Hello everybody,
I’ve set up a custom multiagent config where I have two policies sharing most parts of a NN model (just input/output layers are individual). There are two agents [1, 2] each using one of the policies [hoist1, hoist2]. After first training step (train_batch_size: 256
) I get the following error
AssertionError: (defaultdict(<class ‘dict’>, {‘hoist1’: {‘learner_stats’: {‘cur_kl_coeff’: 0.20000000298023224, ‘cur_lr’: 4.999999873689376e-05, ‘total_loss’: 0.07336341, ‘policy_loss’: -0.19851266, ‘vf_loss’: 0.25689963, ‘vf_explained_var’: -0.059160233, ‘kl’: 0.07488224, ‘entropy’: 1.2394269, ‘entropy_coeff’: 0.0}}, ‘hoist2’: {‘learner_stats’: {}}}), ‘hoist2’)
The learner_stats
of at least one policy (here: hoist2) are empty, here the complete stacktrace:
Traceback (most recent call last):
File “C:\Users\user\AppData\Local\Programs\Python\Python38\lib\runpy.py”, line 194, in _run_module_as_main
return _run_code(code, main_globals, None,
File “C:\Users\user\AppData\Local\Programs\Python\Python38\lib\runpy.py”, line 87, in run_code
exec(code, run_globals)
File "c:\Users\user.vscode\extensions\ms-python.python-2021.6.944021595\pythonFiles\lib\python\debugpy_main.py", line 45, in
cli.main()
File “c:\Users\user.vscode\extensions\ms-python.python-2021.6.944021595\pythonFiles\lib\python\debugpy/…\debugpy\server\cli.py”, line 444, in main
run()
File “c:\Users\user.vscode\extensions\ms-python.python-2021.6.944021595\pythonFiles\lib\python\debugpy/…\debugpy\server\cli.py”, line 285, in run_file
runpy.run_path(target_as_str, run_name=compat.force_str(“main”))
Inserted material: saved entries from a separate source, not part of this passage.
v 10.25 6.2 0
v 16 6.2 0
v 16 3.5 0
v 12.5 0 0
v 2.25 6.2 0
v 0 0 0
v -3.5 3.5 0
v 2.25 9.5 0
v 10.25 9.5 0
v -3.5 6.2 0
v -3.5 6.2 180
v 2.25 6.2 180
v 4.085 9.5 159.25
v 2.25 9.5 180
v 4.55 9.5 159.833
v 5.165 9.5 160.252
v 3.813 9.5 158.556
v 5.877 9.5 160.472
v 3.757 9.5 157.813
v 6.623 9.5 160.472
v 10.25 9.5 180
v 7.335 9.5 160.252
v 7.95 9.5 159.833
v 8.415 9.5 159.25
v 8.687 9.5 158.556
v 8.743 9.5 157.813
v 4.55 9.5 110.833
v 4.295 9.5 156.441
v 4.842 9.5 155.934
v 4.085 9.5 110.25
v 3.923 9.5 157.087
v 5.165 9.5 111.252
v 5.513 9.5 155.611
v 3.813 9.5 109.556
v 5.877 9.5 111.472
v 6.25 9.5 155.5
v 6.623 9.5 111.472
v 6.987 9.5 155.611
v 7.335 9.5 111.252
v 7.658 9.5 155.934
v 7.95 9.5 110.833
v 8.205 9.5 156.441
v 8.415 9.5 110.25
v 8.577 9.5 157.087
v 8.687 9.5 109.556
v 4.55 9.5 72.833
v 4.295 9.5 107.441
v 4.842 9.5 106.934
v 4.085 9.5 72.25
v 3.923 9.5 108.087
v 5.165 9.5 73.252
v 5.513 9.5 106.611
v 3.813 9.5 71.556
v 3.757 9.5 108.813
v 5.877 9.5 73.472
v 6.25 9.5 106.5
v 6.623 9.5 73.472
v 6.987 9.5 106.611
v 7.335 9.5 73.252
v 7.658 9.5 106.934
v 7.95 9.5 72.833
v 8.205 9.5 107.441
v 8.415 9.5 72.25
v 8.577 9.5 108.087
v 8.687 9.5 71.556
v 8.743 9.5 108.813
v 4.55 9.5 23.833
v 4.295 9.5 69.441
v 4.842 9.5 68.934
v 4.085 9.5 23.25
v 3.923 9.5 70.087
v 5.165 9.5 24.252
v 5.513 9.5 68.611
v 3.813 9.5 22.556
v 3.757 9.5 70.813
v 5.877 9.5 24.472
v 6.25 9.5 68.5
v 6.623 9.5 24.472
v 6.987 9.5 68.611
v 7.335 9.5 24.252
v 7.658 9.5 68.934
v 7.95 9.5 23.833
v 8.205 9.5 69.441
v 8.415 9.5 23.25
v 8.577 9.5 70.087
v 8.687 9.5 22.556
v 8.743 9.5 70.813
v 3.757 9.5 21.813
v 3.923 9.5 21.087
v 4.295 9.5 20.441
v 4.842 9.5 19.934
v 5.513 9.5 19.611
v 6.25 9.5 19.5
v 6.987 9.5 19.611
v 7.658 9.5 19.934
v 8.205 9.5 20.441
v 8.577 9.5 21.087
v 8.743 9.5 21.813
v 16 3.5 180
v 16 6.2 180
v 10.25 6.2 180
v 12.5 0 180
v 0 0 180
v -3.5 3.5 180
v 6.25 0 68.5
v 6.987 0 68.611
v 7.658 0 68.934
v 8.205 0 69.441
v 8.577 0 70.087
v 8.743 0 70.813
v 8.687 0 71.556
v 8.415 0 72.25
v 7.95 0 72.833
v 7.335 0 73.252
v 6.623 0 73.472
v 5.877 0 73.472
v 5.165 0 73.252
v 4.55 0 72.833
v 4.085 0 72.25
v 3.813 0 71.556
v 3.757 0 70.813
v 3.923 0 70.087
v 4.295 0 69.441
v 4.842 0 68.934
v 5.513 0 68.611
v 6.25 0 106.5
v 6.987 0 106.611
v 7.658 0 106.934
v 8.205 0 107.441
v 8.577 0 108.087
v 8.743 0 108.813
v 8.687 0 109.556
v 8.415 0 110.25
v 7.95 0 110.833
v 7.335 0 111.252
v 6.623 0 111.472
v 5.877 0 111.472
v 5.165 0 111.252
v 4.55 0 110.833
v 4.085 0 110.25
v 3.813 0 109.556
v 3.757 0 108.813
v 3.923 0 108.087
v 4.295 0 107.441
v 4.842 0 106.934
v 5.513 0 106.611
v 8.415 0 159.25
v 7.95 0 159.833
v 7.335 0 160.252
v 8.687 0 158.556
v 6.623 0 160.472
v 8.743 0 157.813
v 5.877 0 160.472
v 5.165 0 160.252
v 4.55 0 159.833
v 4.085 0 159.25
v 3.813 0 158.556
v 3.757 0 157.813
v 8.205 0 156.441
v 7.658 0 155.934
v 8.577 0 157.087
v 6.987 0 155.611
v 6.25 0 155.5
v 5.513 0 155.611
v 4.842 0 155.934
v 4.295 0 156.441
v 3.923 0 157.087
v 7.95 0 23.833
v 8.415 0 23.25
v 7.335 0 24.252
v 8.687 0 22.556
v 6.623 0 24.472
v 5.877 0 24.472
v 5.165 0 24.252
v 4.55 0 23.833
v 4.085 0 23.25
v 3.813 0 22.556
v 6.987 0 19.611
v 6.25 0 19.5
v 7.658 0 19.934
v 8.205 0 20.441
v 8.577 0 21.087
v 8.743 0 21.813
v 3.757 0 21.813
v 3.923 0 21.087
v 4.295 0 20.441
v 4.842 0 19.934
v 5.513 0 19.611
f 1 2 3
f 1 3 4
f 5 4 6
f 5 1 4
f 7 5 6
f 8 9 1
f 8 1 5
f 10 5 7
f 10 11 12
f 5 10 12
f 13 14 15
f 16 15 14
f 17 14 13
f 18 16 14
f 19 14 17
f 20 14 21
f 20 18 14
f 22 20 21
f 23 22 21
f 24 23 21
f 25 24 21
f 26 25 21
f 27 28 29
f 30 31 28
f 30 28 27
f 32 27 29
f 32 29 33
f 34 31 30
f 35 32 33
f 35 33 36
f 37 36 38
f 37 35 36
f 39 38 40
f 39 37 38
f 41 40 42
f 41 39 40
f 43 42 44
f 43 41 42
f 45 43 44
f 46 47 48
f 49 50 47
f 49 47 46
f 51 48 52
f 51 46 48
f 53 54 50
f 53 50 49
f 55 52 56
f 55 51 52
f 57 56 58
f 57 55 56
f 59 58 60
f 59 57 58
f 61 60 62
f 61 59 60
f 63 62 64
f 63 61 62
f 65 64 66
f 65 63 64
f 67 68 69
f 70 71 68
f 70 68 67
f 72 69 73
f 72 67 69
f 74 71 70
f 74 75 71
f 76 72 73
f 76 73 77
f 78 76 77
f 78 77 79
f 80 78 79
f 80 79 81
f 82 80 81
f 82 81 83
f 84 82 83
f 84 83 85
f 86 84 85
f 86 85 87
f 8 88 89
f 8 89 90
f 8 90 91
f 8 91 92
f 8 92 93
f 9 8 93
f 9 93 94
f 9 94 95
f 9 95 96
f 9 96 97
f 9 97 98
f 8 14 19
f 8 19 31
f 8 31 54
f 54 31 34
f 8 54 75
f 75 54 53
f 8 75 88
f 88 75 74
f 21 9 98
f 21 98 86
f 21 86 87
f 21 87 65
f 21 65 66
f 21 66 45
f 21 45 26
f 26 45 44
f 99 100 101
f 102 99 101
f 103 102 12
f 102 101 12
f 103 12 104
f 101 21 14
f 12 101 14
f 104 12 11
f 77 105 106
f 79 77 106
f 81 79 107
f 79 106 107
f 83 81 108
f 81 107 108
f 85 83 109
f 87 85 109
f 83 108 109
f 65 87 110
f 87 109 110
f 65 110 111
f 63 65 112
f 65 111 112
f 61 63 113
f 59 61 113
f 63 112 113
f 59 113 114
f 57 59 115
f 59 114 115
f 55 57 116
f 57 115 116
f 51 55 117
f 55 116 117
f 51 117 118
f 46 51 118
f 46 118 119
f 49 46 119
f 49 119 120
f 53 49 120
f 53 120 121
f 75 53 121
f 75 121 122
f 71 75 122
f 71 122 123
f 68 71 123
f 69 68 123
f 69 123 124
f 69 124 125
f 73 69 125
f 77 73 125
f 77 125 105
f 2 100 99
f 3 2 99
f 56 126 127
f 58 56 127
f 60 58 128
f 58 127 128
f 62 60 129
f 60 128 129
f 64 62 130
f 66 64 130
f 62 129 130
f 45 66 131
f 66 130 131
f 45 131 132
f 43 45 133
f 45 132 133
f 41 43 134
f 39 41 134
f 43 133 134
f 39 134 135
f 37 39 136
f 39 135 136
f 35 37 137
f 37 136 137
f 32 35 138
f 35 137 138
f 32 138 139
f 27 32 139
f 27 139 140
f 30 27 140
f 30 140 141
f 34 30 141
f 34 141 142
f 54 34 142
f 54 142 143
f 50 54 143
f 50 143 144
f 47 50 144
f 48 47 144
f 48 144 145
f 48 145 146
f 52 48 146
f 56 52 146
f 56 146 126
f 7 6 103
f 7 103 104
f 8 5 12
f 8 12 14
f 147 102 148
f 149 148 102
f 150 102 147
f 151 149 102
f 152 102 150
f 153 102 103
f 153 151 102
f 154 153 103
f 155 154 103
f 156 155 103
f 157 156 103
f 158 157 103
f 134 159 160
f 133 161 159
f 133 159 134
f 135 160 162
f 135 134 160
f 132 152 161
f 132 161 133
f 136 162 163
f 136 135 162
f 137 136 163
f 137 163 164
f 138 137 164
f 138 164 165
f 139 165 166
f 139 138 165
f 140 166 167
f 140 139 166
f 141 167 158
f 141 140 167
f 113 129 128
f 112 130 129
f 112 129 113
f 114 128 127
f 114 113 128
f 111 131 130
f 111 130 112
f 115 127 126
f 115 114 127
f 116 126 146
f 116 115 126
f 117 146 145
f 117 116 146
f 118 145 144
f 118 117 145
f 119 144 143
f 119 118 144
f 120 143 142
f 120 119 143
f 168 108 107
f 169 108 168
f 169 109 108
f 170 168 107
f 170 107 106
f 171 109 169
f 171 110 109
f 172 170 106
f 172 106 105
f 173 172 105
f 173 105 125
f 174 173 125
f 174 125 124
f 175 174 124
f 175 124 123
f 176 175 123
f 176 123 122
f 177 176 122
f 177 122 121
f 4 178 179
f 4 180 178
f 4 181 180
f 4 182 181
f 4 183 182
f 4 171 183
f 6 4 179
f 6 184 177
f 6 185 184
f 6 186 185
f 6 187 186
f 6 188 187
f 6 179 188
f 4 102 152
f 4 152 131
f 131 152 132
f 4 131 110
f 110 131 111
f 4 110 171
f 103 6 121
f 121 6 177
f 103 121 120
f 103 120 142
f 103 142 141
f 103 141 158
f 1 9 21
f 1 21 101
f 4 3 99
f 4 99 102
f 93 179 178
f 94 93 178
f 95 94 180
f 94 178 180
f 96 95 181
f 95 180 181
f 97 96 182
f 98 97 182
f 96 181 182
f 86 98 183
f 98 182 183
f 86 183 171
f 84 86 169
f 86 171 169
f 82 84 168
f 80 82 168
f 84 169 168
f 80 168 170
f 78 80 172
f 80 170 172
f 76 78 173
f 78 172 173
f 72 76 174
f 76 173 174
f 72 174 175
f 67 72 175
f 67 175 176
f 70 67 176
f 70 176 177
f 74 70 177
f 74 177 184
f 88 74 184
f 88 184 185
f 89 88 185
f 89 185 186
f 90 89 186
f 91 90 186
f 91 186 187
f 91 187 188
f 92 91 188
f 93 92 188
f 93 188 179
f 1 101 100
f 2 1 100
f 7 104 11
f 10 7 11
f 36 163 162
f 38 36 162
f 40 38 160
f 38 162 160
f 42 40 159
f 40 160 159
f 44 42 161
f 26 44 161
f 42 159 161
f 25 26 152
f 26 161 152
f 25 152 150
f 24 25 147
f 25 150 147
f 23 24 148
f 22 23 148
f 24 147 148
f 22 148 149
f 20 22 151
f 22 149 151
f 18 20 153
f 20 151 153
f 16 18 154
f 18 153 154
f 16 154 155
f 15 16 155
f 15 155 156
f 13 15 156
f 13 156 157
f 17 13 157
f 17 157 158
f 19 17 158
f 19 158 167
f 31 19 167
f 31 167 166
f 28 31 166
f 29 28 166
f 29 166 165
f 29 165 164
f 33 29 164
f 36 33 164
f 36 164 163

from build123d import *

# Parameters (mm, degrees)
EXTRUDE_1_DEPTH        = 180
HOLE_WIZARD_M6_1_D     = 5
HOLE_WIZARD_M6_1_DEPTH = 28
HOLE_WIZARD_M6_1_TIP   = 1.502151548


with BuildPart() as part:
    # 草图1 → 凸台-拉伸1 (new body)
    with BuildSketch(Plane.XY):
        Polygon((12.5, 0), (0, 0), (-3.5, 3.5), (-3.5, 6.2), (2.25, 6.2), (2.25, 9.5), (10.25, 9.5), (10.25, 6.2), (16, 6.2), (16, 3.5), align=None)
    extrude(amount=EXTRUDE_1_DEPTH)

    # M6 螺纹孔1
    with Locations(Plane(origin=(6.25, 9.5, 158), x_dir=(0, 0, 1), z_dir=(0, 1, 0))):
        with Locations((0, 0), (-49, 0), (-136, 0), (-87, 0)):
            Hole(HOLE_WIZARD_M6_1_D / 2, depth=HOLE_WIZARD_M6_1_DEPTH)
            with Locations((0, 0, -(HOLE_WIZARD_M6_1_DEPTH + HOLE_WIZARD_M6_1_TIP / 2))):  # 118° drill point
                Cone(0, HOLE_WIZARD_M6_1_D / 2, HOLE_WIZARD_M6_1_TIP, mode=Mode.SUBTRACT)


solid = part.part
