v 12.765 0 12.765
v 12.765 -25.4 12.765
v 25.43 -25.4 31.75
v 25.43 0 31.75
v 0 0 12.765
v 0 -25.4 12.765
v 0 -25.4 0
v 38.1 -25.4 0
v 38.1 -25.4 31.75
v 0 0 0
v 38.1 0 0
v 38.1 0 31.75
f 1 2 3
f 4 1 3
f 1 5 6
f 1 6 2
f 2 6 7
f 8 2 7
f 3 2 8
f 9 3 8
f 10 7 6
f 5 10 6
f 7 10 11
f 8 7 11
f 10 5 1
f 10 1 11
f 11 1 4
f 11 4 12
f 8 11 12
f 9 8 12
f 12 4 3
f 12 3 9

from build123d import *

# Parameters (mm, degrees)
F0_W     = 38.1
F0_H     = 31.75
F1_DEPTH = 25.4
F3_DEPTH = 25.4
F5_DEPTH = 25.401


with BuildPart() as f1:
    # F0 (on Front) → F1 (new body)
    with BuildSketch(Plane.XZ):
        with Locations((19.05, 15.875)):
            Rectangle(F0_W, F0_H)
    extrude(amount=F1_DEPTH)

    # F2 (on Front) → F3 (cut)
    with BuildSketch(Plane.XZ):
        Polygon((23.017952, 8.342751), (23.017952, 31.260189), (0, 12.564384), (0, 8.342751), align=None)
    extrude(amount=-F3_DEPTH, mode=Mode.SUBTRACT)

    # F4 (on face) → F5 (cut, through all)
    with BuildSketch(Plane.XZ.offset(25.4)):
        Polygon((0, 31.75), (0, 12.765414), (12.765414, 12.765414), (25.430316, 31.75), align=None)
    extrude(amount=-F5_DEPTH, mode=Mode.SUBTRACT)


solid = f1.part
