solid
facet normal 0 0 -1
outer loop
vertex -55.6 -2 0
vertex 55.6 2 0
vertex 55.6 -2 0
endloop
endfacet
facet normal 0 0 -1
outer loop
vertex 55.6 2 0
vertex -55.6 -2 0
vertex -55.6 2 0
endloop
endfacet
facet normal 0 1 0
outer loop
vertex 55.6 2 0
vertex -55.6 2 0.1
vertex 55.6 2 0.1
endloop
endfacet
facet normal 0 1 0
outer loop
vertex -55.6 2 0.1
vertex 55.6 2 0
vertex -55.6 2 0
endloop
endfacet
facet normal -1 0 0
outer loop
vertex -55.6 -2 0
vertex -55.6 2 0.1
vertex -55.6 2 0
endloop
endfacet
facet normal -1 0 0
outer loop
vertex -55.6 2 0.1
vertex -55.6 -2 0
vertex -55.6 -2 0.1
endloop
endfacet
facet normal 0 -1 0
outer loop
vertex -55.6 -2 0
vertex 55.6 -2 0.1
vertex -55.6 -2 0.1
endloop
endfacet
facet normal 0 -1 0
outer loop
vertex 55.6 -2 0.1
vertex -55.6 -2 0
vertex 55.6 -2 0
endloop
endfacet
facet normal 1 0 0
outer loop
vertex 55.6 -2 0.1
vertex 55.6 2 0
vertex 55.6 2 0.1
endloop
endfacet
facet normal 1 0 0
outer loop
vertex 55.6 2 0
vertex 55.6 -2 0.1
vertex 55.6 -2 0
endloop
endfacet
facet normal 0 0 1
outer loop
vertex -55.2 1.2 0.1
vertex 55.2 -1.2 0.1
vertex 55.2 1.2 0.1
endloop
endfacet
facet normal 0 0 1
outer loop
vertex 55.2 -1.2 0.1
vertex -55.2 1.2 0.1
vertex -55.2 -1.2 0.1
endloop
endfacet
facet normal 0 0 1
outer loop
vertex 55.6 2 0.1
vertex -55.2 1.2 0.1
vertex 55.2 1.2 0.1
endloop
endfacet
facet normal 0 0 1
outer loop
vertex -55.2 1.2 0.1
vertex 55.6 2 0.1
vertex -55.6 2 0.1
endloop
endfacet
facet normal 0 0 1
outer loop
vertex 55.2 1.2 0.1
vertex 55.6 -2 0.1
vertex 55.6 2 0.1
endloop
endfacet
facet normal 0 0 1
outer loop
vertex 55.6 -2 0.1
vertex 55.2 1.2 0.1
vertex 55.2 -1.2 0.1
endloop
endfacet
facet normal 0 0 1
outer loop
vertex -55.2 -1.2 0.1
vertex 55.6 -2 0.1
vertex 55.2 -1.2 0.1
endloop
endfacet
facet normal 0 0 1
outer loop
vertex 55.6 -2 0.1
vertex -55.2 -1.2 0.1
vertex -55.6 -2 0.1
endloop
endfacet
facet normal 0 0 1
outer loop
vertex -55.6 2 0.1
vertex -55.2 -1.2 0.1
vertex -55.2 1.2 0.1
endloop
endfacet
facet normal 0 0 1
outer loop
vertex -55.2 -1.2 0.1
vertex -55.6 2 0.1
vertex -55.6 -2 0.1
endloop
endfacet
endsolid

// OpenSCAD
// file: ../p/box5-12.scad
use <../lib.scad>
function ldraw_lib__box5_12() = [
// 0 Box with 5 Faces without Any Edges
// 0 Name: box5-12.dat
// 0 Author: Chris Dee [cwdee]
// 0 !LDRAW_ORG Primitive UPDATE 2009-02
// 0 !LICENSE Licensed under CC BY 2.0 and CC BY 4.0 : see CAreadme.txt
// 
// 0 BFC CERTIFY CCW
  [0,"BFC","CERTIFY"],
  [0,"BFC","CCW"],
// 
// 0 !HISTORY 2009-09-03 [PTadmin] Official Update 2009-02
// 
// 
// 4 16 1 1 1 1 1 -1 -1 1 -1 -1 1 1
  [4,16,1,1,1,1,1,-1,-1,1,-1,-1,1,1],
// 4 16 -1 0 1 1 0 1 1 1 1 -1 1 1
  [4,16,-1,0,1,1,0,1,1,1,1,-1,1,1],
// 4 16 -1 0 -1 -1 0 1 -1 1 1 -1 1 -1
  [4,16,-1,0,-1,-1,0,1,-1,1,1,-1,1,-1],
// 4 16 1 0 -1 -1 0 -1 -1 1 -1 1 1 -1
  [4,16,1,0,-1,-1,0,-1,-1,1,-1,1,1,-1],
// 4 16 1 0 1 1 0 -1 1 1 -1 1 1 1
  [4,16,1,0,1,1,0,-1,1,1,-1,1,1,1],
// 0
];
makepoly(ldraw_lib__box5_12(), line=0.2);
// main file
use <../lib.scad>
use <../p/box5-12.scad>
function ldraw_lib__820672b() = [
// 0 Sticker  0.5 x 13.9 with White Line
// 0 Name: 820672b.dat
// 0 Author: Takeshi Takahashi [RainbowDolphin]
// 0 !LDRAW_ORG Part UPDATE 2022-04
// 0 !LICENSE Licensed under CC BY 2.0 and CC BY 4.0 : see CAreadme.txt
// 
// 0 BFC CERTIFY CCW
  [0,"BFC","CERTIFY"],
  [0,"BFC","CCW"],
// 
// 0 !KEYWORDS harbour, Seaport, Set 6541, ship
// 
// 0 !HISTORY 2022-07-18 [PTadmin] Official Update 2022-04
// 
// 
// 1 16 0 -0.25 0 139 0 0 0 0.25 0 0 0 5 box5-12.dat
  [1,16,0,-0.25,0,139,0,0,0,0.25,0,0,0,5, ldraw_lib__box5_12()],
// 0 BFC NOCLIP
  [0,"BFC","NOCLIP"],
// 4 15 138 -0.25 3 -138 -0.25 3 -138 -0.25 -3 138 -0.25 -3
  [4,15,138,-0.25,3,-138,-0.25,3,-138,-0.25,-3,138,-0.25,-3],
// 0 BFC CLIP
  [0,"BFC","CLIP"],
// 4 16 -139 -0.25 5 -138 -0.25 3 138 -0.25 3 139 -0.25 5
  [4,16,-139,-0.25,5,-138,-0.25,3,138,-0.25,3,139,-0.25,5],
// 4 16 139 -0.25 5 138 -0.25 3 138 -0.25 -3 139 -0.25 -5
  [4,16,139,-0.25,5,138,-0.25,3,138,-0.25,-3,139,-0.25,-5],
// 4 16 139 -0.25 -5 138 -0.25 -3 -138 -0.25 -3 -139 -0.25 -5
  [4,16,139,-0.25,-5,138,-0.25,-3,-138,-0.25,-3,-139,-0.25,-5],
// 4 16 -139 -0.25 -5 -138 -0.25 -3 -138 -0.25 3 -139 -0.25 5
  [4,16,-139,-0.25,-5,-138,-0.25,-3,-138,-0.25,3,-139,-0.25,5],
];
makepoly(ldraw_lib__820672b(), line=0.2);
File “C:\Users\user\AppData\Local\Programs\Python\Python38\lib\runpy.py”, line 265, in run_path
return _run_module_code(code, init_globals, run_name,
File “C:\Users\user\AppData\Local\Programs\Python\Python38\lib\runpy.py”, line 97, in _run_module_code
_run_code(code, mod_globals, init_globals,
File “C:\Users\user\AppData\Local\Programs\Python\Python38\lib\runpy.py”, line 87, in _run_code
exec(code, run_globals)
File “c:\Users\user\Desktop\KI_Galv\galvcon\marl\main\policyTrainer.py”, line 274, in
result = trainer.train()
File “C:\Users\user\AppData\Local\Programs\Python\Python38\lib\site-packages\ray\rllib\agents\trainer.py”, line 608, in train
raise e
File “C:\Users\user\AppData\Local\Programs\Python\Python38\lib\site-packages\ray\rllib\agents\trainer.py”, line 594, in train
result = Trainable.train(self)
File “C:\Users\user\AppData\Local\Programs\Python\Python38\lib\site-packages\ray\tune\trainable.py”, line 232, in train
result = self.step()
File “C:\Users\user\AppData\Local\Programs\Python\Python38\lib\site-packages\ray\rllib\agents\trainer_template.py”, line 173, in step
res = next(self.train_exec_impl)
File “C:\Users\user\AppData\Local\Programs\Python\Python38\lib\site-packages\ray\util\iter.py”, line 756, in next
return next(self.built_iterator)
File “C:\Users\user\AppData\Local\Programs\Python\Python38\lib\site-packages\ray\util\iter.py”, line 783, in apply_foreach
for item in it:
File “C:\Users\user\AppData\Local\Programs\Python\Python38\lib\site-packages\ray\util\iter.py”, line 783, in apply_foreach
for item in it:
File “C:\Users\user\AppData\Local\Programs\Python\Python38\lib\site-packages\ray\util\iter.py”, line 843, in apply_filter
for item in it:
File “C:\Users\user\AppData\Local\Programs\Python\Python38\lib\site-packages\ray\util\iter.py”, line 843, in apply_filter
for item in it:
File “C:\Users\user\AppData\Local\Programs\Python\Python38\lib\site-packages\ray\util\iter.py”, line 791, in apply_foreach
result = fn(item)
File “C:\Users\user\AppData\Local\Programs\Python\Python38\lib\site-packages\ray\rllib\agents\ppo\ppo.py”, line 206, in call
self.workers.local_worker().foreach_trainable_policy(update)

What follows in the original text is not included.